Whether you look at the story as myth, as fact, or as metaphor, the basic concept of a god appearing to animals first is unusual to a Euro-centrist culture. So unusual, that I think it is downplayed most of the time until you look at a text like “O Magnum Mysterium.”

This week we are decorating our house for Christmas and I spent several hours assembling 21 crèches that I was given by my mother. It is her collection, for which she has no space in her new home, so she unloaded a trunk full of boxes on my doorstep last year. I was honored since I used to love setting up the collection every Christmas season when I was growing up. The crèches are from a multitude of cultures, all hand-made and fairly unique, if you’re used to the one that people light up on their lawns at this time of year.
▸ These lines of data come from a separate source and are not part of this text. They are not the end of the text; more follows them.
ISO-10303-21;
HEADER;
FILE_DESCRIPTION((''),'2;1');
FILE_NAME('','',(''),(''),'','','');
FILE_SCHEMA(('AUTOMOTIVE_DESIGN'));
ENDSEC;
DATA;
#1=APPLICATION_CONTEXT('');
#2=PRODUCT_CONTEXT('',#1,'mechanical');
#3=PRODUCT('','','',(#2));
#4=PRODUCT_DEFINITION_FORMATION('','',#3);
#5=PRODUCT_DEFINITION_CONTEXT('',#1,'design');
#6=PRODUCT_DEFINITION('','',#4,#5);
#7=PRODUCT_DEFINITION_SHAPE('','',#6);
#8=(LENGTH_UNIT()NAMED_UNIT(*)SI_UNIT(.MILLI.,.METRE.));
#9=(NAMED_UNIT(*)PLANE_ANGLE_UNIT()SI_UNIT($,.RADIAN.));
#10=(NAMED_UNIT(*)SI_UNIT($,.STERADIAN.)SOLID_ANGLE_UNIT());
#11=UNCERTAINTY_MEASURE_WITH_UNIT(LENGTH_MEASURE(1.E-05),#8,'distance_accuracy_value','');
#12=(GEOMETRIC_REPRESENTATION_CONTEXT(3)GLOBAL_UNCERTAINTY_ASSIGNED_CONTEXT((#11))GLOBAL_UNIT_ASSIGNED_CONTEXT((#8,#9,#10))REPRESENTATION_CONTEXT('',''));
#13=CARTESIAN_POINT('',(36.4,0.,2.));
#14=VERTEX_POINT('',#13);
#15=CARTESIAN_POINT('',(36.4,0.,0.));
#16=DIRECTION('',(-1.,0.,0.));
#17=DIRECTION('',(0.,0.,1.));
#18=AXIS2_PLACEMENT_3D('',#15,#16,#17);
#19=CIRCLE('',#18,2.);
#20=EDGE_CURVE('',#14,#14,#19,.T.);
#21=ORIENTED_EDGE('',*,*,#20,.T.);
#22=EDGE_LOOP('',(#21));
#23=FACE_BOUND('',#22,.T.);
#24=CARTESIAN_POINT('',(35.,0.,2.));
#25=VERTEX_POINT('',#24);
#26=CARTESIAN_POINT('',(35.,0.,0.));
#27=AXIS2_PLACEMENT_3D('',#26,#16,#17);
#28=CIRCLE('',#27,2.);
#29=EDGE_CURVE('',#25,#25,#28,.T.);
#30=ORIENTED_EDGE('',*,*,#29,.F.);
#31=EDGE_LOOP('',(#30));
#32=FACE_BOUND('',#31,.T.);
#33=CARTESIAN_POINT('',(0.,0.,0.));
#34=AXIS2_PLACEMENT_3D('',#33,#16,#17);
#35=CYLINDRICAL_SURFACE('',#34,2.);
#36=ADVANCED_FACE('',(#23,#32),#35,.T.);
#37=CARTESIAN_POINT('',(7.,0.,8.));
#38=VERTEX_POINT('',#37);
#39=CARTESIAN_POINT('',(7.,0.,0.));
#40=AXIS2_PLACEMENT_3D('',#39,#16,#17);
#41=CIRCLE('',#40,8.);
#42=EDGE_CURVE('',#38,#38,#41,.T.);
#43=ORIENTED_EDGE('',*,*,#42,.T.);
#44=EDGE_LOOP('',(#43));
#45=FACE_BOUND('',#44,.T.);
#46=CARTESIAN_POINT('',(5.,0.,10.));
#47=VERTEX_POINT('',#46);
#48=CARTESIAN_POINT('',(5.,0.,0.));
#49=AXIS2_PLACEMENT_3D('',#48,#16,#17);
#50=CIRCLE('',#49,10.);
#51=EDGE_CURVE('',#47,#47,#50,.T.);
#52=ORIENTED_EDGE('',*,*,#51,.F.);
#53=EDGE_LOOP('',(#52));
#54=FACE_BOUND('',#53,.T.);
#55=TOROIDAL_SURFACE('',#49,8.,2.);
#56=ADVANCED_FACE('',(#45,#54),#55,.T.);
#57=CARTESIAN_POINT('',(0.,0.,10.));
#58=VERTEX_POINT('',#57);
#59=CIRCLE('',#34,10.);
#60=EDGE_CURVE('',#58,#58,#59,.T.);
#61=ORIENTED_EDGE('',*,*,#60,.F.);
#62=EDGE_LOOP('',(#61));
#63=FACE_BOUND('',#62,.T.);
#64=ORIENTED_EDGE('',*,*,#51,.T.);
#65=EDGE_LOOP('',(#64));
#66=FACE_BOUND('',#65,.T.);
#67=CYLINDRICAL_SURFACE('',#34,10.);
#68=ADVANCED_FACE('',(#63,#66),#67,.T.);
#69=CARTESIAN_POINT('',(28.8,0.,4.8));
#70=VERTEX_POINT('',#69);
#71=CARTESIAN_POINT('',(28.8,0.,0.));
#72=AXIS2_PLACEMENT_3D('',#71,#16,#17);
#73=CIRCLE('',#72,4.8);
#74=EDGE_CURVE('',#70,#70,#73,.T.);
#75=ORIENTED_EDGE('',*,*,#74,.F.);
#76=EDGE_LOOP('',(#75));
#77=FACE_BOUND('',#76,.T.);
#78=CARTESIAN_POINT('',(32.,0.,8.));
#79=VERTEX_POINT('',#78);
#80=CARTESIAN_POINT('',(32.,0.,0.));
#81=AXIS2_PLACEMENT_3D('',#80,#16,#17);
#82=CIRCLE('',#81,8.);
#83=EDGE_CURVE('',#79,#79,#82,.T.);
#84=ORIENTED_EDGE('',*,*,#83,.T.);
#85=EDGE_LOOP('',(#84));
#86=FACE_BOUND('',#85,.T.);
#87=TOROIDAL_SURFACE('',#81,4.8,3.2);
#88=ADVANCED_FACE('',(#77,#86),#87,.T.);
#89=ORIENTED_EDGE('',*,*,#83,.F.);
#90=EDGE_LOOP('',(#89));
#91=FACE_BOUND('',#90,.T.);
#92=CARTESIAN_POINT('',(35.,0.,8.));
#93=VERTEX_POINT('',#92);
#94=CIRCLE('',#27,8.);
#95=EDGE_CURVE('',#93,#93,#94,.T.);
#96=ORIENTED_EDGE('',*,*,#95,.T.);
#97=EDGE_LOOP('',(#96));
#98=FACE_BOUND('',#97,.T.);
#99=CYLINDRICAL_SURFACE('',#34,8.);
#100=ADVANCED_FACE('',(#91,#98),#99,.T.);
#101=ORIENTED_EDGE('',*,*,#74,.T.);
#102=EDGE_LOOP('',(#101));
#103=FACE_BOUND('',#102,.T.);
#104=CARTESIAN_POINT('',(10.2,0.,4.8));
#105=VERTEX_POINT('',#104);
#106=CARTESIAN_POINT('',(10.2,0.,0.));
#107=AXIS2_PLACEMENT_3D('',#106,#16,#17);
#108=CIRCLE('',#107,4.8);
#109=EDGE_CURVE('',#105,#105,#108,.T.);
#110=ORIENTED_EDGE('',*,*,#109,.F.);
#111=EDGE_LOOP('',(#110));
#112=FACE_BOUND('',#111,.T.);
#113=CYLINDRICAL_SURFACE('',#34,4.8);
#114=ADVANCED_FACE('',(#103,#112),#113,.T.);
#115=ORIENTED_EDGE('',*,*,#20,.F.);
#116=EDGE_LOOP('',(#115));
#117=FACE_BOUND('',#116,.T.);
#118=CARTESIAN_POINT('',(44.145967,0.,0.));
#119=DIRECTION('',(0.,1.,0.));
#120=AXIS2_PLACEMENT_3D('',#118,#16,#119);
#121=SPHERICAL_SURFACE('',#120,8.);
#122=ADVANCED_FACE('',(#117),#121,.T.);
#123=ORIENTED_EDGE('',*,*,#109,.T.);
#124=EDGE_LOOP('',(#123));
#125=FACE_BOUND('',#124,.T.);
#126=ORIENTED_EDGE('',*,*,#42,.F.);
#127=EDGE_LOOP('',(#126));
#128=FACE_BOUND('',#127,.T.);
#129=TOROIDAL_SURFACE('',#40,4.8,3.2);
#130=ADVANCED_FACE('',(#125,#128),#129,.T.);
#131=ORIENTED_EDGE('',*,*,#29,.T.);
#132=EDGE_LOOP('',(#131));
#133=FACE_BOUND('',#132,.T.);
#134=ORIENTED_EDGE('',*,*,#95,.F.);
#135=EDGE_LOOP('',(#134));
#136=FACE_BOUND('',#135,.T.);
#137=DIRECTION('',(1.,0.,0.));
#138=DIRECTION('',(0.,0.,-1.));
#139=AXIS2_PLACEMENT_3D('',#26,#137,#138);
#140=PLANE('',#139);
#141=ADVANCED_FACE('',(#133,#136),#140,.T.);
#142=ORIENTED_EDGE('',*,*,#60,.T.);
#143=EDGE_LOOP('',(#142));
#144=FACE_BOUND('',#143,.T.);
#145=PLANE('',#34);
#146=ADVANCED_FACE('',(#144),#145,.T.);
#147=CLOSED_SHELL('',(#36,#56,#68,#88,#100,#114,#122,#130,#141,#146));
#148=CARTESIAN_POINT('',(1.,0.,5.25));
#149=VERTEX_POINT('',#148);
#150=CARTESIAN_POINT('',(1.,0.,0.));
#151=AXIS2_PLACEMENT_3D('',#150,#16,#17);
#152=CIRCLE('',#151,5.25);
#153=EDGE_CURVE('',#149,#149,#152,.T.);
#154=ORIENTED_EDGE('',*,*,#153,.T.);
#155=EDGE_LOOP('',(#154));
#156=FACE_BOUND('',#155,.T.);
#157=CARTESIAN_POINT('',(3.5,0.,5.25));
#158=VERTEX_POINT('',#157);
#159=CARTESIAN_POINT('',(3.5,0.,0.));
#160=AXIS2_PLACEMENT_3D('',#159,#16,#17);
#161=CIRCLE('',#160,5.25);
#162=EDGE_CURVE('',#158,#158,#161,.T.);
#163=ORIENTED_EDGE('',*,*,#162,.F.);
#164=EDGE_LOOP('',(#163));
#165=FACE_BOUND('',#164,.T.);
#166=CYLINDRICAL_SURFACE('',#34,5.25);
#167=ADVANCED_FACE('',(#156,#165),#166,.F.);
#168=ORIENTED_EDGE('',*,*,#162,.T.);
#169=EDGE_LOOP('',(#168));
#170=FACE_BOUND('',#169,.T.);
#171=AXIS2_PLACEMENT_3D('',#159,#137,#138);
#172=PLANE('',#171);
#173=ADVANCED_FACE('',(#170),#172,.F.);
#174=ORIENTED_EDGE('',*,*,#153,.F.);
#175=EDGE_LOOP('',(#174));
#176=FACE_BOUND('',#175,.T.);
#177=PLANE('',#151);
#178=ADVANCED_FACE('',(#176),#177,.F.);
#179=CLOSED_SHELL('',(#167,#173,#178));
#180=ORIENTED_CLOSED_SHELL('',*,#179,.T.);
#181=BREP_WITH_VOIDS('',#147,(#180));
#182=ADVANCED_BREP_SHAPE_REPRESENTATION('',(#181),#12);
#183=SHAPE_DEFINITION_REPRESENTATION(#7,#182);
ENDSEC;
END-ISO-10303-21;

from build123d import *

# Parameters (mm, degrees)
SKETCH_1_W = 1.4
SKETCH_1_H = 2


with BuildPart() as part:
    # Эскиз1 → Повернуть8 (revolve)
    with BuildSketch(Plane.XY, mode=Mode.PRIVATE) as revolve_8_sk:
        with BuildLine():
            Line((28.8, 4.8), (10.2, 4.8))
            Line((10.2, 4.8), (10.2, 0))
            Line((10.2, 0), (32, 0))
            Line((32, 0), (32, 8))
            ThreePointArc((32, 8), (29.7372583, 7.0627417), (28.8, 4.8))
        make_face()
        with BuildLine():
            ThreePointArc((10.2, 4.8), (9.2627417, 7.0627417), (7, 8))
            Line((7, 8), (7, 0))
            Line((7, 0), (10.2, 0))
            Line((10.2, 0), (10.2, 4.8))
        make_face()
        with BuildLine():
            Line((0, 10), (0, 0))
            Line((0, 0), (1, 0))
            Line((1, 0), (1, 5.25))
            Line((1, 5.25), (3.5, 5.25))
            Line((3.5, 5.25), (3.5, 0))
            Line((3.5, 0), (7, 0))
            Line((7, 0), (7, 8))
            ThreePointArc((7, 8), (6.414213562, 9.414213562), (5, 10))
            Line((5, 10), (0, 10))
        make_face()
        Polygon((32, 8), (32, 0), (35, 0), (35, 2), (35, 8), align=None)
        with Locations((35.7, 1)):
            Rectangle(SKETCH_1_W, SKETCH_1_H)
        with BuildLine():
            Line((36.4, 2), (36.4, 0))
            Line((36.4, 0), (52.145966692, 0))
            ThreePointArc((52.145966692, 0), (45.154001032, 7.93623757), (36.4, 2))
        make_face()
    revolve(revolve_8_sk.sketch.rotate(Axis((0, 0, 0), (1, 0, 0)), 90), axis=Axis((0, 0, 0), (1, 0, 0)))


solid = part.part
They all have the basic players of Mary, Joseph and Jesus. Usually there is a shepherd, sometimes an angel, most of the time the 3 kings are part of the set. A few have a stable backdrop.

All but two of these crèches have animals. The two crèches from African nations have more animals per capita than the ones from Peru, Mexico, nations in Asia or countries of Europe. Since the artists of each crèche give their work the flavor of their heritage, I began to think about the direct relationship between animals and humans as represented in the respective artistry of each ethnic point of view.

I like to set up the crèches, but it is time consuming and I admit that over the years, I have fallen into a pattern for each vignette — the family in the center with the three kings off to the left, a shepherd off to the right (often near a symbolic sheep or two) and if there is an angel, it goes slightly behind the scene, looking on. If there are animals, I usually scatter them about in the background, minding their own business.

This year, though, the abundance of animals in the African crèches made me reconsider my plan. I started to give the animals more and more prominence as I arranged the scene. I put them closer and closer to the manger, putting them in the middle of the action, gazing at the wondrous sight. With each crèche, I strove to bring the viewers attention to the fact that the animals are also key players in this rather bizarre tale. I re-imagined the scene as many ways as I could. I call this year’s installation, “The Cattle are Lowing.”

It’s nice to recognize that even at age 35, the wonders of Christmas still abound.